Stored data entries
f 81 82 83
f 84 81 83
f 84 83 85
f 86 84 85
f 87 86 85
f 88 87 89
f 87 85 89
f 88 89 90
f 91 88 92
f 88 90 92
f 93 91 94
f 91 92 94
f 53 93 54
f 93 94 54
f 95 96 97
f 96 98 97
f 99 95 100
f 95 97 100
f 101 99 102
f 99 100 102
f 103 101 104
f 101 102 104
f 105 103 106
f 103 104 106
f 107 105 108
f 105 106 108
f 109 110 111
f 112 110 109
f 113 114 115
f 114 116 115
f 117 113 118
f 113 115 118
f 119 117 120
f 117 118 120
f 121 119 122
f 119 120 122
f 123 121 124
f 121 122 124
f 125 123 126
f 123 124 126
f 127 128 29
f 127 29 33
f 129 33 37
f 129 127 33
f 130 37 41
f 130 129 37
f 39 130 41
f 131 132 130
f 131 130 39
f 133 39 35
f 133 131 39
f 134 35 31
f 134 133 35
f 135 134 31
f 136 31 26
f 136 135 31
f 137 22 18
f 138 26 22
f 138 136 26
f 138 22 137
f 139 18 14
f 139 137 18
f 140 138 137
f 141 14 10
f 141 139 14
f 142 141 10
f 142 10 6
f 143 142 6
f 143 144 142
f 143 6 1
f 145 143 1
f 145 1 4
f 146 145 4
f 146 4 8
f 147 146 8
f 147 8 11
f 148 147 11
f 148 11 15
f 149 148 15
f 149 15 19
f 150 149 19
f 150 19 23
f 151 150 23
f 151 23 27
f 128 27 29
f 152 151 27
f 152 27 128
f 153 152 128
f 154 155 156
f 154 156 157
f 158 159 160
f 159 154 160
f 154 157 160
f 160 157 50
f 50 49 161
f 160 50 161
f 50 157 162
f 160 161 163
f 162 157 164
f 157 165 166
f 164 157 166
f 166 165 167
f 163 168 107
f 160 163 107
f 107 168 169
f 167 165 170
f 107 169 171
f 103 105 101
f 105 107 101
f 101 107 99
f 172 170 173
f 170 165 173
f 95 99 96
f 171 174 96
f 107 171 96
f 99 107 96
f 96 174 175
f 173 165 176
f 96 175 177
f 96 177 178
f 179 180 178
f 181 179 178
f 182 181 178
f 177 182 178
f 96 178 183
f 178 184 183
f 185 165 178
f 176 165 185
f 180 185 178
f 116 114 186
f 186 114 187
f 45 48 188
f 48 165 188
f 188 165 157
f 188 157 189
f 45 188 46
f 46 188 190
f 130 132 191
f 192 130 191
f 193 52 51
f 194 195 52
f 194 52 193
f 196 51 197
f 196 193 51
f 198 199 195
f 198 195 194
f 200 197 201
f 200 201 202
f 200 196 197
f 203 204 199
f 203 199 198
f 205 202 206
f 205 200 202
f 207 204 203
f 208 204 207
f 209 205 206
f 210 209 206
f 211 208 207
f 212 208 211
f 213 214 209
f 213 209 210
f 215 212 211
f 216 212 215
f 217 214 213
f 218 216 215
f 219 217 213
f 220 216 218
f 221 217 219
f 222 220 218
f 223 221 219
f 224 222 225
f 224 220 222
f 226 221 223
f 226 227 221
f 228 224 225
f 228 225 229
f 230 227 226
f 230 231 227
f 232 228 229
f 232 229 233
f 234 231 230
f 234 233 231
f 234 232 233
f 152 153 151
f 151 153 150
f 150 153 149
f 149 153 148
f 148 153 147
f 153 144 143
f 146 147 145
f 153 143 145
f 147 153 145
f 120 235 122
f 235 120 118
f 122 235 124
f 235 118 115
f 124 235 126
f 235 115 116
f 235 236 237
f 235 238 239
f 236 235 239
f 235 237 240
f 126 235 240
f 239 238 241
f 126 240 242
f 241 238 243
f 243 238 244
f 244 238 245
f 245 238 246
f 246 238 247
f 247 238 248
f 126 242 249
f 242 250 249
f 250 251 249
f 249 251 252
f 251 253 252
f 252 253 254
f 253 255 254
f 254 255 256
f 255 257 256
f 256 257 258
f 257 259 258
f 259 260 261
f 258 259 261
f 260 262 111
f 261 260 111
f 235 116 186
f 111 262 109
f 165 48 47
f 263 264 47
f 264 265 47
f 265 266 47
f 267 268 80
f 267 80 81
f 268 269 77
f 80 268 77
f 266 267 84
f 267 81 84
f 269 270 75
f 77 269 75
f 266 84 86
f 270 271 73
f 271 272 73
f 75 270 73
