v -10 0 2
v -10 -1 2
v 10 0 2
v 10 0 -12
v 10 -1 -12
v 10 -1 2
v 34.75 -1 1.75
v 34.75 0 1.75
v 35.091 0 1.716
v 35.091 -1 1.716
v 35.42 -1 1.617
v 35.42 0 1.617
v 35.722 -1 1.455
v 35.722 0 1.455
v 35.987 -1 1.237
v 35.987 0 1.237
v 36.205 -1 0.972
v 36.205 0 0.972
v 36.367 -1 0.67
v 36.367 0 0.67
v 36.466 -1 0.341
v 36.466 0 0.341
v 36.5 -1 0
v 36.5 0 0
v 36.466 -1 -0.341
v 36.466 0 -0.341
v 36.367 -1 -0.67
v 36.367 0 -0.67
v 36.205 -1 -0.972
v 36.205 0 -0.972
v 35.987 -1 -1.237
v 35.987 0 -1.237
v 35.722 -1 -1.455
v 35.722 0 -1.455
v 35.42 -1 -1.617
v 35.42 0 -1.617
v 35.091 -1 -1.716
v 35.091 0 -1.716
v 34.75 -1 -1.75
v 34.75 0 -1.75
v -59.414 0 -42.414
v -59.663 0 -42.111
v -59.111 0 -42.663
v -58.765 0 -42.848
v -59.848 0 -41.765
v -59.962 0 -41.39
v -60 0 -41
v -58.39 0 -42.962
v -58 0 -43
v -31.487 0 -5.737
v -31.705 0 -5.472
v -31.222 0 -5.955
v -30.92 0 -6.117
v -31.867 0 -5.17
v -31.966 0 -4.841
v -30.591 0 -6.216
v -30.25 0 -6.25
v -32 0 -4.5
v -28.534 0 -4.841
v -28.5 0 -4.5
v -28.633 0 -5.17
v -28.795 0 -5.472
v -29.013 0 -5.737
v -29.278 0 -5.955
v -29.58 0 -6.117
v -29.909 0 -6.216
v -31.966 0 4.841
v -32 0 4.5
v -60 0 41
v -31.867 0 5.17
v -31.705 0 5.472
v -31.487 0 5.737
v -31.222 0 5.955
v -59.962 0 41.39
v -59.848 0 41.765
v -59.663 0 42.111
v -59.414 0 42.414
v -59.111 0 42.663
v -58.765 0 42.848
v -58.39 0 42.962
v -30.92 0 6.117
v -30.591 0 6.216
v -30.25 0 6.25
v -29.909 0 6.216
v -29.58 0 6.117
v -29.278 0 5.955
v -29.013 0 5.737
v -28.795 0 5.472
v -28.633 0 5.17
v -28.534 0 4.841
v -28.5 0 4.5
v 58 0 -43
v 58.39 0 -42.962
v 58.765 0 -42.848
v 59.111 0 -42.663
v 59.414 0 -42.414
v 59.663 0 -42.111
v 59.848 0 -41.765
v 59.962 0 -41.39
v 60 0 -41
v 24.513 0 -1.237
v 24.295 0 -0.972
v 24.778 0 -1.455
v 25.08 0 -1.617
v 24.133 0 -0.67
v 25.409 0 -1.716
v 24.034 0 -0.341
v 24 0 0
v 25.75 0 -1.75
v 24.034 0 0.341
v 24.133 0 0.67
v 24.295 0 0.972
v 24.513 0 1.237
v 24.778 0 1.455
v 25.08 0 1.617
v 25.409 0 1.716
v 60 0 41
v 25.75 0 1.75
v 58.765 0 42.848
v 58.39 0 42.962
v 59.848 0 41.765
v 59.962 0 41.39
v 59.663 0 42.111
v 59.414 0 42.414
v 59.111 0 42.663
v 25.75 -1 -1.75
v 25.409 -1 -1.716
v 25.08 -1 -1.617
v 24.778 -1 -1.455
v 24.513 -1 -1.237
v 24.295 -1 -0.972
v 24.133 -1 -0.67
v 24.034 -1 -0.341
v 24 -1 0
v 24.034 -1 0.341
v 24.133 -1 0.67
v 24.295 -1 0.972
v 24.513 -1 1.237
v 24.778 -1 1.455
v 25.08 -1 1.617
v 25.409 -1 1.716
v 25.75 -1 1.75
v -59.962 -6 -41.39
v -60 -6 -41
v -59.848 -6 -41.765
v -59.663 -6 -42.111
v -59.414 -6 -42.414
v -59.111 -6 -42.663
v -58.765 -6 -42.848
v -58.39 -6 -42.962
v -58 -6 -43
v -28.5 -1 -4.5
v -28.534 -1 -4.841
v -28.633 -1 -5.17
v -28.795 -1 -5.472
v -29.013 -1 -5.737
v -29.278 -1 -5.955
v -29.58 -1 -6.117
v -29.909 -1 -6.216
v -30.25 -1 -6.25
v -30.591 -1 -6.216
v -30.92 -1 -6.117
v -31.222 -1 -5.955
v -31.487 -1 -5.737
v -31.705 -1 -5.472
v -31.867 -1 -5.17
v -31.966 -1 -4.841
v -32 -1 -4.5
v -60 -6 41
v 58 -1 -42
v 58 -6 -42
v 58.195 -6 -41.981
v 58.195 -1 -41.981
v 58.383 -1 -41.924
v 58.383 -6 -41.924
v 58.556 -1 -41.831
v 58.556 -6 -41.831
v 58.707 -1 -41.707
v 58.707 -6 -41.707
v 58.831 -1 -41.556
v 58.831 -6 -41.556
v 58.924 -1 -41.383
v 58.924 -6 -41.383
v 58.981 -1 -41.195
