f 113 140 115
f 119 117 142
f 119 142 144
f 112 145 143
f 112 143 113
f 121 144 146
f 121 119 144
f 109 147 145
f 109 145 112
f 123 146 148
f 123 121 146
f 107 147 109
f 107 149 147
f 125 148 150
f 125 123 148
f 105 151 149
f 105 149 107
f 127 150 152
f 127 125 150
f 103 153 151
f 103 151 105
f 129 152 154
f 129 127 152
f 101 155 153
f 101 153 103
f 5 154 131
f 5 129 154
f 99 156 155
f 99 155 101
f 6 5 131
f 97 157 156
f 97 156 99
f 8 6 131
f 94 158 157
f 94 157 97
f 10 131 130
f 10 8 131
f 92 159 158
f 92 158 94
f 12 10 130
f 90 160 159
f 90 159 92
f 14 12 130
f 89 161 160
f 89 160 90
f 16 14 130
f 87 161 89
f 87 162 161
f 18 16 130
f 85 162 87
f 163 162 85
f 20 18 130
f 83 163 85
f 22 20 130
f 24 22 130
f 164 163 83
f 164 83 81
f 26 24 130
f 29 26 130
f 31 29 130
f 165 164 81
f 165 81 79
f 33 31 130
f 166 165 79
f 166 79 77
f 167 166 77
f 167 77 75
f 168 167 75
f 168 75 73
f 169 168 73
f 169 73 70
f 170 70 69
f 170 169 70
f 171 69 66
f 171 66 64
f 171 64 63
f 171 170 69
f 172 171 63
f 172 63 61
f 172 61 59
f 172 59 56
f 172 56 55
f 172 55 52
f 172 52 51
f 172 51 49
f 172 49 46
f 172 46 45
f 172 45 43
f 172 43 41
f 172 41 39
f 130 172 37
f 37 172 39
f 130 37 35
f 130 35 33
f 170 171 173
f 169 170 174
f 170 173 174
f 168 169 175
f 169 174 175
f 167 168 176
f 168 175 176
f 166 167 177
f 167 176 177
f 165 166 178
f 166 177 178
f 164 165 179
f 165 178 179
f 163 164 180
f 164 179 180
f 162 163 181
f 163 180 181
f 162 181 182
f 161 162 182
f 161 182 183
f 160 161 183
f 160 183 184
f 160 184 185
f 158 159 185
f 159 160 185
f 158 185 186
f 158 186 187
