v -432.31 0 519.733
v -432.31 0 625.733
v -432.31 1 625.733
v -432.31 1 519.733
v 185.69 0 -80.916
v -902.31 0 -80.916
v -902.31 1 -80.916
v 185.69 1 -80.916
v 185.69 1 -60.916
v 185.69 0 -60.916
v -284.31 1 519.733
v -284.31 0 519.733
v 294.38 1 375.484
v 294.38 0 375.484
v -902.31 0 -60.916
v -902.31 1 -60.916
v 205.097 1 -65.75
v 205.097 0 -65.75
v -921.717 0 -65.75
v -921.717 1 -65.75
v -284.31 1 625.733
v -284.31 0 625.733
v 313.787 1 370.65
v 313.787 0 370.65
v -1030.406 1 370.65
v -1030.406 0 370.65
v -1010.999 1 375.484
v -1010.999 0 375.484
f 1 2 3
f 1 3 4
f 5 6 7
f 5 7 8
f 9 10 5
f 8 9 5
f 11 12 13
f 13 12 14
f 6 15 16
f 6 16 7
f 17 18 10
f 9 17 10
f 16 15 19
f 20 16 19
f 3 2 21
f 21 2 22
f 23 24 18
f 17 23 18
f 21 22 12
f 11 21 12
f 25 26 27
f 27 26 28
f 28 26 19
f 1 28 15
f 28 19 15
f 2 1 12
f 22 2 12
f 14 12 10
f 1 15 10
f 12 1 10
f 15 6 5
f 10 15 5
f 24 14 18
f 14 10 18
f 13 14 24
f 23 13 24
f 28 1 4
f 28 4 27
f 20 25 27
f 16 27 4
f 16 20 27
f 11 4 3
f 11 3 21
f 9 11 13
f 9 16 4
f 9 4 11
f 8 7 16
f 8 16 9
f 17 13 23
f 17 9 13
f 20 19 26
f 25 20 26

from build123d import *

# Parameters (mm, degrees)
SKETCH1_W           = 148
SKETCH1_H           = 106
SKETCH1_W_2         = 1088
SKETCH1_H_2         = 20
BOSS_EXTRUDE1_DEPTH = 1


with BuildPart() as part:
    # Sketch1 → Boss-Extrude1 (new body)
    with BuildSketch(Plane(origin=(0, 0, 0), x_dir=(1, 0, 0), z_dir=(0, 1, 0))):
        Polygon((-284.309741609, -519.73309486), (294.379685644, -375.483559699), (185.690258391, 60.9163871), align=None)
        with Locations((-358.309741609, -572.73309486)):
            Rectangle(SKETCH1_W, SKETCH1_H)
        Polygon((294.379685644, -375.483559699), (313.786824034, -370.650033087), (205.097396781, 65.749913711), (185.690258391, 60.9163871), align=None)
        with Locations((-358.309741609, 70.9163871)):
            Rectangle(SKETCH1_W_2, SKETCH1_H_2)
        Polygon((-902.309741609, 60.9163871), (-921.71688, 65.749913711), (-1030.406307253, -370.650033087), (-1010.999168863, -375.483559699), align=None)
        Polygon((-1010.999168863, -375.483559699), (-902.309741609, 60.9163871), (-432.309741609, -519.73309486), align=None)
        Polygon((185.690258391, 60.9163871), (-284.309741609, -519.73309486), (-432.309741609, -519.73309486), (-902.309741609, 60.9163871), align=None)
    extrude(amount=BOSS_EXTRUDE1_DEPTH)


solid = part.part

* Task item *
Please reply with an exact copy of the lines above, starting at the first and ending at the line that holds "f 96 175 177".

* Answer section *
f 81 82 83
f 84 81 83
f 84 83 85
f 86 84 85
f 87 86 85
f 88 87 89
f 87 85 89
f 88 89 90
f 91 88 92
f 88 90 92
f 93 91 94
f 91 92 94
f 53 93 54
f 93 94 54
f 95 96 97
f 96 98 97
f 99 95 100
f 95 97 100
f 101 99 102
f 99 100 102
f 103 101 104
f 101 102 104
f 105 103 106
f 103 104 106
f 107 105 108
f 105 106 108
f 109 110 111
f 112 110 109
f 113 114 115
f 114 116 115
f 117 113 118
f 113 115 118
f 119 117 120
f 117 118 120
f 121 119 122
f 119 120 122
f 123 121 124
f 121 122 124
f 125 123 126
f 123 124 126
f 127 128 29
f 127 29 33
f 129 33 37
f 129 127 33
f 130 37 41
f 130 129 37
f 39 130 41
f 131 132 130
f 131 130 39
f 133 39 35
f 133 131 39
f 134 35 31
f 134 133 35
f 135 134 31
f 136 31 26
f 136 135 31
f 137 22 18
f 138 26 22
f 138 136 26
f 138 22 137
f 139 18 14
f 139 137 18
f 140 138 137
f 141 14 10
f 141 139 14
f 142 141 10
f 142 10 6
f 143 142 6
f 143 144 142
f 143 6 1
f 145 143 1
f 145 1 4
f 146 145 4
f 146 4 8
f 147 146 8
f 147 8 11
f 148 147 11
f 148 11 15
f 149 148 15
f 149 15 19
f 150 149 19
f 150 19 23
f 151 150 23
f 151 23 27
f 128 27 29
f 152 151 27
f 152 27 128
f 153 152 128
f 154 155 156
f 154 156 157
f 158 159 160
f 159 154 160
f 154 157 160
f 160 157 50
f 50 49 161
f 160 50 161
f 50 157 162
f 160 161 163
f 162 157 164
f 157 165 166
f 164 157 166
f 166 165 167
f 163 168 107
f 160 163 107
f 107 168 169
f 167 165 170
f 107 169 171
f 103 105 101
f 105 107 101
f 101 107 99
f 172 170 173
f 170 165 173
f 95 99 96
f 171 174 96
f 107 171 96
f 99 107 96
f 96 174 175
f 173 165 176
f 96 175 177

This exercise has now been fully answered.